I despise the garrison mentality as a general rule, it breeds asshole leaders who focus more on their career than doing their job.


----------



## Marine0311 (Dec 2, 2012)

goon175 said:


> We had company training the other day and the CO wanted to do a round table discussion as a Professional Development exercise. The topic is one that I am passionate about, and is one that has been surfacing a lot lately:
> 
> *Has the modern generation of soldier lost the art of garrison leadership due to being at war for 11+ years?*
> 
> ...


 
I only disagreed with you on this point. Discipline can be instilled and maintained by performing these simple tasks. As a (former) NCO I would note if my Marines could be trusted to show up to formation on time, ensure that the uniform was squared away and so on because in my view if you could not handle that how could I trust you to handle bigger tasks? Then I would note your attitude about it. I would also use such tasks as raking rocks a means to punish because nobody really likes labor, it's a negative and if you were doing it my belief was you knew why you were raking rocks. Same with cleaning your room on a Saturday ("field day").


----------



## goon175 (Dec 2, 2012)

> show up to formation on time, ensure that the uniform was squared away and so on


 
And we still expect soldiers to show up on time, and we still expect their uniform to be squared away and look good. But a lot of folks are saying that we specifically need to go back to spits 'n starches to instill discipline. I don't agree with that because we still have uniform standards that must be maintained, just different ones then they used to be. I certainly am not suggesting that we quit enforcing standards by any means.
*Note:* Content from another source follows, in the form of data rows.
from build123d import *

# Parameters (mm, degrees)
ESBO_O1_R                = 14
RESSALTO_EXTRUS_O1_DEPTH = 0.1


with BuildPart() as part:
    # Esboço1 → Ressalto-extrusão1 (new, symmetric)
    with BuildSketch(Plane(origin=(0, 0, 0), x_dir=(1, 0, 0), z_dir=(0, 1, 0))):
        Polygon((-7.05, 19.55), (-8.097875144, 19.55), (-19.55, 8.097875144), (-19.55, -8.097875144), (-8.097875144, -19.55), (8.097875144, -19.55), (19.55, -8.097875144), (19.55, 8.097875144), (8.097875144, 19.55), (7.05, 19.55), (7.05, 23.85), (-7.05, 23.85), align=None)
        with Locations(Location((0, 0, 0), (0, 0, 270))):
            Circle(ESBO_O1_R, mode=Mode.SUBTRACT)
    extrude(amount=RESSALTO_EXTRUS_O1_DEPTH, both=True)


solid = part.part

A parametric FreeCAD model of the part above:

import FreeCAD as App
import Part
import Sketcher
from FreeCAD import Vector


def add_polygon(sketch, points):
    """Adds a closed chain of lines whose ends are joined by coincident constraints."""
    first, n = sketch.GeometryCount, len(points)
    for a, b in zip(points, points[1:] + points[:1]):
        sketch.addGeometry(Part.LineSegment(App.Vector(*a, 0), App.Vector(*b, 0)), False)
    for i in range(n):
        sketch.addConstraint(Sketcher.Constraint("Coincident", first + i, 2, first + (i + 1) % n, 1))

doc = App.newDocument("Part")
params = doc.addObject("Spreadsheet::Sheet", "Params")
for row, (alias, value) in enumerate([
    ("sketch1_diameter", "28 mm"),
    ("sketch1_width", "14.1 mm"),
    ("sketch1_height", "4.3 mm"),
    ("pad1_length", "0.2 mm"),
], start=1):
    params.set(f"A{row}", alias)
    params.set(f"B{row}", "=" + value)
    params.setAlias(f"B{row}", alias)

body = doc.addObject("PartDesign::Body", "Body")

sketch1 = body.newObject("Sketcher::SketchObject", "Sketch")
sketch1.AttachmentSupport = (doc.getObject("XZ_Plane"), [""])
sketch1.MapMode = "FlatFace"
add_polygon(sketch1, [(-7, -19.6), (-8.1, -19.6), (-19.6, -8.1), (-19.6, 8.1), (-8.1, 19.6), (8.1, 19.6), (19.6, 8.1), (19.6, -8.1), (8.1, -19.6), (7, -19.6), (7, -23.9), (-7, -23.9)])
sketch1.addGeometry(Part.Circle(Vector(0, 0, 0), Vector(0, 0, 1), 14), False)
sketch1.addConstraint(Sketcher.Constraint("Horizontal", 0))
sketch1.addConstraint(Sketcher.Constraint("Vertical", 2))
sketch1.addConstraint(Sketcher.Constraint("Horizontal", 4))
sketch1.addConstraint(Sketcher.Constraint("Vertical", 6))
sketch1.addConstraint(Sketcher.Constraint("Horizontal", 8))
sketch1.addConstraint(Sketcher.Constraint("Vertical", 9))
sketch1.addConstraint(Sketcher.Constraint("Horizontal", 10))
sketch1.addConstraint(Sketcher.Constraint("Vertical", 11))
sketch1.addConstraint(Sketcher.Constraint("Coincident", 12, 3, -1, 1))
sketch1.addConstraint(Sketcher.Constraint("Symmetric", 0, 2, 4, 2, -1, 1))
sketch1.addConstraint(Sketcher.Constraint("Symmetric", 1, 2, 5, 2, -1, 1))
sketch1.addConstraint(Sketcher.Constraint("Symmetric", 3, 2, 7, 2, -1, 1))
sketch1.addConstraint(Sketcher.Constraint("Perpendicular", 1, 3))
sketch1.addConstraint(Sketcher.Constraint("Perpendicular", 5, 7))
sketch1.addConstraint(Sketcher.Constraint("Horizontal", 2, 2, 5, 2))
sketch1.addConstraint(Sketcher.Constraint("Vertical", 0, 2, 3, 2))
sketch1.addConstraint(Sketcher.Constraint("Equal", 0, 8))
sketch1.addConstraint(Sketcher.Constraint("Equal", 4, 2))
sketch1.addConstraint(Sketcher.Constraint("Diameter", 12, 28.0))
sketch1.addConstraint(Sketcher.Constraint("DistanceX", 10, 2, 10, 1, 14.1))
sketch1.addConstraint(Sketcher.Constraint("DistanceY", 9, 2, 9, 1, 4.3))
sketch1.addConstraint(Sketcher.Constraint("DistanceY", 0, 2, 3, 2, 39.1))
sketch1.addConstraint(Sketcher.Constraint("DistanceX", 4, 1, 4, 2, 16.19575))
sketch1.setExpression("Constraints[30]", "Params.sketch1_diameter")
sketch1.setExpression("Constraints[31]", "Params.sketch1_width")
sketch1.setExpression("Constraints[32]", "Params.sketch1_height")
pad1 = body.newObject("PartDesign::Pad", "Pad")
pad1.Profile = sketch1
pad1.setExpression("Length", "Params.pad1_length")
pad1.Midplane = True

doc.recompute()
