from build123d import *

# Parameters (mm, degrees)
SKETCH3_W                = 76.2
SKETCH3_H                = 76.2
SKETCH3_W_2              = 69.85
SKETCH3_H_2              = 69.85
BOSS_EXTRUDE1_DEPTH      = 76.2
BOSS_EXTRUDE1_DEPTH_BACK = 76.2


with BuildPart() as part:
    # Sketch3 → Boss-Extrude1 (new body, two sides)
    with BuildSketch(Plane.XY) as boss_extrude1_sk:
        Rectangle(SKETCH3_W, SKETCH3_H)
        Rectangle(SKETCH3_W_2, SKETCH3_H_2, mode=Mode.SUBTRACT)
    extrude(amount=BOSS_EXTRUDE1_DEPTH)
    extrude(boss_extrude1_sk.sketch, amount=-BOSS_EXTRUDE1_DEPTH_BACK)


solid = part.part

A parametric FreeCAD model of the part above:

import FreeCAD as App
import Part
import Sketcher

V = App.Vector
Q = App.Units.Quantity

doc = App.newDocument("Part")
body = doc.addObject("PartDesign::Body", "Body")

# Sketch on XY plane
sketch1 = body.newObject("Sketcher::SketchObject", "Sketch")
sketch1.AttachmentSupport = (doc.getObject("XY_Plane"), [""])
sketch1.MapMode = "FlatFace"
sketch1.addGeometry([
    Part.LineSegment(V(-38, 38, 0), V(-38, -38, 0)),  # 0
    Part.LineSegment(V(-38, -38, 0), V(38, -38, 0)),  # 1
    Part.LineSegment(V(38, -38, 0), V(38, 38, 0)),  # 2
    Part.LineSegment(V(38, 38, 0), V(-38, 38, 0)),  # 3
    Part.LineSegment(V(35, -35, 0), V(-35, -35, 0)),  # 4
    Part.LineSegment(V(-35, -35, 0), V(-35, 35, 0)),  # 5
    Part.LineSegment(V(-35, 35, 0), V(35, 35, 0)),  # 6
    Part.LineSegment(V(35, 35, 0), V(35, -35, 0)),  # 7
], False)
sketch1.addConstraint([
    Sketcher.Constraint("Coincident", 0, 2, 1, 1),
    Sketcher.Constraint("Coincident", 1, 2, 2, 1),
    Sketcher.Constraint("Coincident", 2, 2, 3, 1),
    Sketcher.Constraint("Coincident", 3, 2, 0, 1),
    Sketcher.Constraint("Coincident", 4, 2, 5, 1),
    Sketcher.Constraint("Coincident", 5, 2, 6, 1),
    Sketcher.Constraint("Coincident", 6, 2, 7, 1),
    Sketcher.Constraint("Coincident", 7, 2, 4, 1),
    Sketcher.Constraint("Vertical", 0),
    Sketcher.Constraint("Horizontal", 1),
    Sketcher.Constraint("Vertical", 2),
    Sketcher.Constraint("Horizontal", 3),
    Sketcher.Constraint("Horizontal", 4),
    Sketcher.Constraint("Vertical", 5),
    Sketcher.Constraint("Horizontal", 6),
    Sketcher.Constraint("Vertical", 7),
    Sketcher.Constraint("Symmetric", 0, 2, 2, 2, -1, 1),
    Sketcher.Constraint("Symmetric", 4, 2, 6, 2, -1, 1),
    Sketcher.Constraint("Equal", 3, 0),
    Sketcher.Constraint("Equal", 6, 5),
    Sketcher.Constraint("DistanceX", 1, 1, 1, 2, Q("3 in")),
    Sketcher.Constraint("DistanceX", 4, 2, 4, 1, Q("2.75 in")),
])
pad1 = body.newObject("PartDesign::Pad", "Pad")
pad1.Profile = sketch1
pad1.Type = "TwoLengths"
pad1.Length = Q("3 in")
pad1.Length2 = Q("3 in")

doc.recompute()
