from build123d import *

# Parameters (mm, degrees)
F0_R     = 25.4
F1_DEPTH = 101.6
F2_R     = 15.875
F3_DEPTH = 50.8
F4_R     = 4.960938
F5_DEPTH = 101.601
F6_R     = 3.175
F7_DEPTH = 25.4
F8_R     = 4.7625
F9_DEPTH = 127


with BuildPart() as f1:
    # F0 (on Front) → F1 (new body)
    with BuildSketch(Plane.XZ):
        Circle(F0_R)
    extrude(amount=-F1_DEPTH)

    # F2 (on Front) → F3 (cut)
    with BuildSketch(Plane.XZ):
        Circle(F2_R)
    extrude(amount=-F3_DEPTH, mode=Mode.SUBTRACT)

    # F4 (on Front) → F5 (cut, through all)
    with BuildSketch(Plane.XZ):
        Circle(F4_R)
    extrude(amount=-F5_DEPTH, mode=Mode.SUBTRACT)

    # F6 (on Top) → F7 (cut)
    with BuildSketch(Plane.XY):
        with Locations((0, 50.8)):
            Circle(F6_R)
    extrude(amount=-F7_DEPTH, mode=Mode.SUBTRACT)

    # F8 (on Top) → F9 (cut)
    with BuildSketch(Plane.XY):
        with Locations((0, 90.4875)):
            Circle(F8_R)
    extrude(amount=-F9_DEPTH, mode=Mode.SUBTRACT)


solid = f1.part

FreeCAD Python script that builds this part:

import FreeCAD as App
import Part
import Sketcher
from FreeCAD import Vector
Q = App.Units.Quantity

doc = App.newDocument("Part")
body = doc.addObject("PartDesign::Body", "Body")

# Sketch on XZ plane
sketch1 = doc.addObject("Sketcher::SketchObject", "Sketch")
body.addObject(sketch1)
sketch1.AttachmentSupport = (doc.XZ_Plane, [""])
sketch1.MapMode = "FlatFace"
sketch1.addGeometry(Part.Circle(Vector(0, 0, 0), Vector(0, 0, 1), 25), False)
sketch1.addConstraint([
    Sketcher.Constraint("Coincident", 0, 3, -1, 1),
    Sketcher.Constraint("Diameter", 0, Q("2 in")),
])
pad1 = doc.addObject("PartDesign::Pad", "Pad")
body.addObject(pad1)
pad1.Profile = sketch1
pad1.Length = Q("4 in")
pad1.Reversed = True

# Sketch on XZ plane
sketch2 = doc.addObject("Sketcher::SketchObject", "Sketch001")
body.addObject(sketch2)
sketch2.AttachmentSupport = (doc.XZ_Plane, [""])
sketch2.MapMode = "FlatFace"
sketch2.addGeometry(Part.Circle(Vector(0, 0, 0), Vector(0, 0, 1), 16), False)
sketch2.addConstraint([
    Sketcher.Constraint("Coincident", 0, 3, -1, 1),
    Sketcher.Constraint("Diameter", 0, Q("1.25 in")),
])
pocket1 = doc.addObject("PartDesign::Pocket", "Pocket")
body.addObject(pocket1)
pocket1.Profile = sketch2
pocket1.Length = Q("2 in")

# Sketch on XZ plane
sketch3 = doc.addObject("Sketcher::SketchObject", "Sketch002")
body.addObject(sketch3)
sketch3.AttachmentSupport = (doc.XZ_Plane, [""])
sketch3.MapMode = "FlatFace"
sketch3.addGeometry(Part.Circle(Vector(0, 0, 0), Vector(0, 0, 1), 5), False)
sketch3.addConstraint([
    Sketcher.Constraint("Coincident", 0, 3, -1, 1),
    Sketcher.Constraint("Diameter", 0, Q("0.390625 in")),
])
pocket2 = doc.addObject("PartDesign::Pocket", "Pocket001")
body.addObject(pocket2)
pocket2.Profile = sketch3
pocket2.Type = "ThroughAll"

# Sketch on XY plane
sketch4 = doc.addObject("Sketcher::SketchObject", "Sketch003")
body.addObject(sketch4)
sketch4.AttachmentSupport = (doc.XY_Plane, [""])
sketch4.MapMode = "FlatFace"
sketch4.addGeometry(Part.Circle(Vector(0, 50.8, 0), Vector(0, 0, 1), 3.2), False)
sketch4.addConstraint([
    Sketcher.Constraint("PointOnObject", 0, 3, -2),
    Sketcher.Constraint("Diameter", 0, Q("0.25 in")),
    Sketcher.Constraint("DistanceY", -1, 1, 0, 3, Q("2 in")),
])
pocket3 = doc.addObject("PartDesign::Pocket", "Pocket002")
body.addObject(pocket3)
pocket3.Profile = sketch4
pocket3.Length = Q("1 in")

# Sketch on XY plane
sketch5 = doc.addObject("Sketcher::SketchObject", "Sketch004")
body.addObject(sketch5)
sketch5.AttachmentSupport = (doc.XY_Plane, [""])
sketch5.MapMode = "FlatFace"
sketch5.addGeometry(Part.Circle(Vector(0, 90.5, 0), Vector(0, 0, 1), 4.8), False)
sketch5.addConstraint([
    Sketcher.Constraint("PointOnObject", 0, 3, -2),
    Sketcher.Constraint("Diameter", 0, Q("0.375 in")),
    Sketcher.Constraint("DistanceY", -1, 1, 0, 3, Q("3.5625 in")),
])
pocket4 = doc.addObject("PartDesign::Pocket", "Pocket003")
body.addObject(pocket4)
pocket4.Profile = sketch5
pocket4.Length = Q("5 in")

doc.recompute()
I still disagree with raking rocks. It's not an effective form of corrective action as it accomplishes nothing. Even if you are smoking them they are at least becoming stronger both physically and mentally. Or make them clean every weapon in the squad/section. Or, you wanna know what Joe really hates? Writing a 5-7 page paper in MLA format on a topic that would benefit him/her professionally. I think we may have to agree to disagree on this one, as I just don't see the benefit for either party in performing menial tasks as a form of corrective action. And the worst part, a lot of times guys would be raking rocks, etc. not because they got in trouble, but because the unit had no training planned and so their NCO's decided they were going to "earn their pay check". Absolutely sub-standard. Instead of taking their guys out to work on mag changes, do tape drills, practice battle drills, etc., they have them doing something that, again, benefits no one.


----------



## Marine0311 (Dec 2, 2012)

goon175 said:


> And we still expect soldiers to show up on time, and we still expect their uniform to be squared away and look good. But a lot of folks are saying that we specifically need to go back to spits 'n starches to instill discipline. I don't agree with that because we still have uniform standards that must be maintained, just different ones then they used to be. I certainly am not suggesting that we quit enforcing standards by any means.
> 
> I still disagree with raking rocks. It's not an effective form of corrective action as it accomplishes nothing. Even if you are smoking them they are at least becoming stronger both physically and mentally. Or make them clean every weapon in the squad/section. Or, you wanna know what Joe really hates? Writing a 5-7 page paper in MLA format on a topic that would benefit him/her professionally. I think we may have to agree to disagree on this one, as I just don't see the benefit for either party in performing menial tasks as a form of corrective action. *And the worst part, a lot of times guys would be raking rocks, etc. not because they got in trouble, but because the unit had no training planned and so their NCO's decided they were going to "earn their pay check".* Absolutely sub-standard. Instead of taking their guys out to work on mag changes, do tape drills, practice battle drills, etc., they have them doing something that, again, benefits no one.


 
We agree to disagree on my first point however I do agree with you on the highlighted of your post. If I counted the number of hours I had to do shit like that due to a lack of planned or poor leadership (or bored leadership) I wasted some of my 4 years active duty. I dislike "busy work" for the sake of shitty planning


----------



## Diamondback 2/2 (Dec 2, 2012)

I think the problem is defining what garrison is in today’s Army. I also think that the “leadership” problem is a top down issue. When you have General Officers who are way out of Reg in the Height & Weight department, and field grade officers running around talking on cell phones and not returning salutes. Its becomes exponentially harder to enforce the standards on your joe’s with a straight face.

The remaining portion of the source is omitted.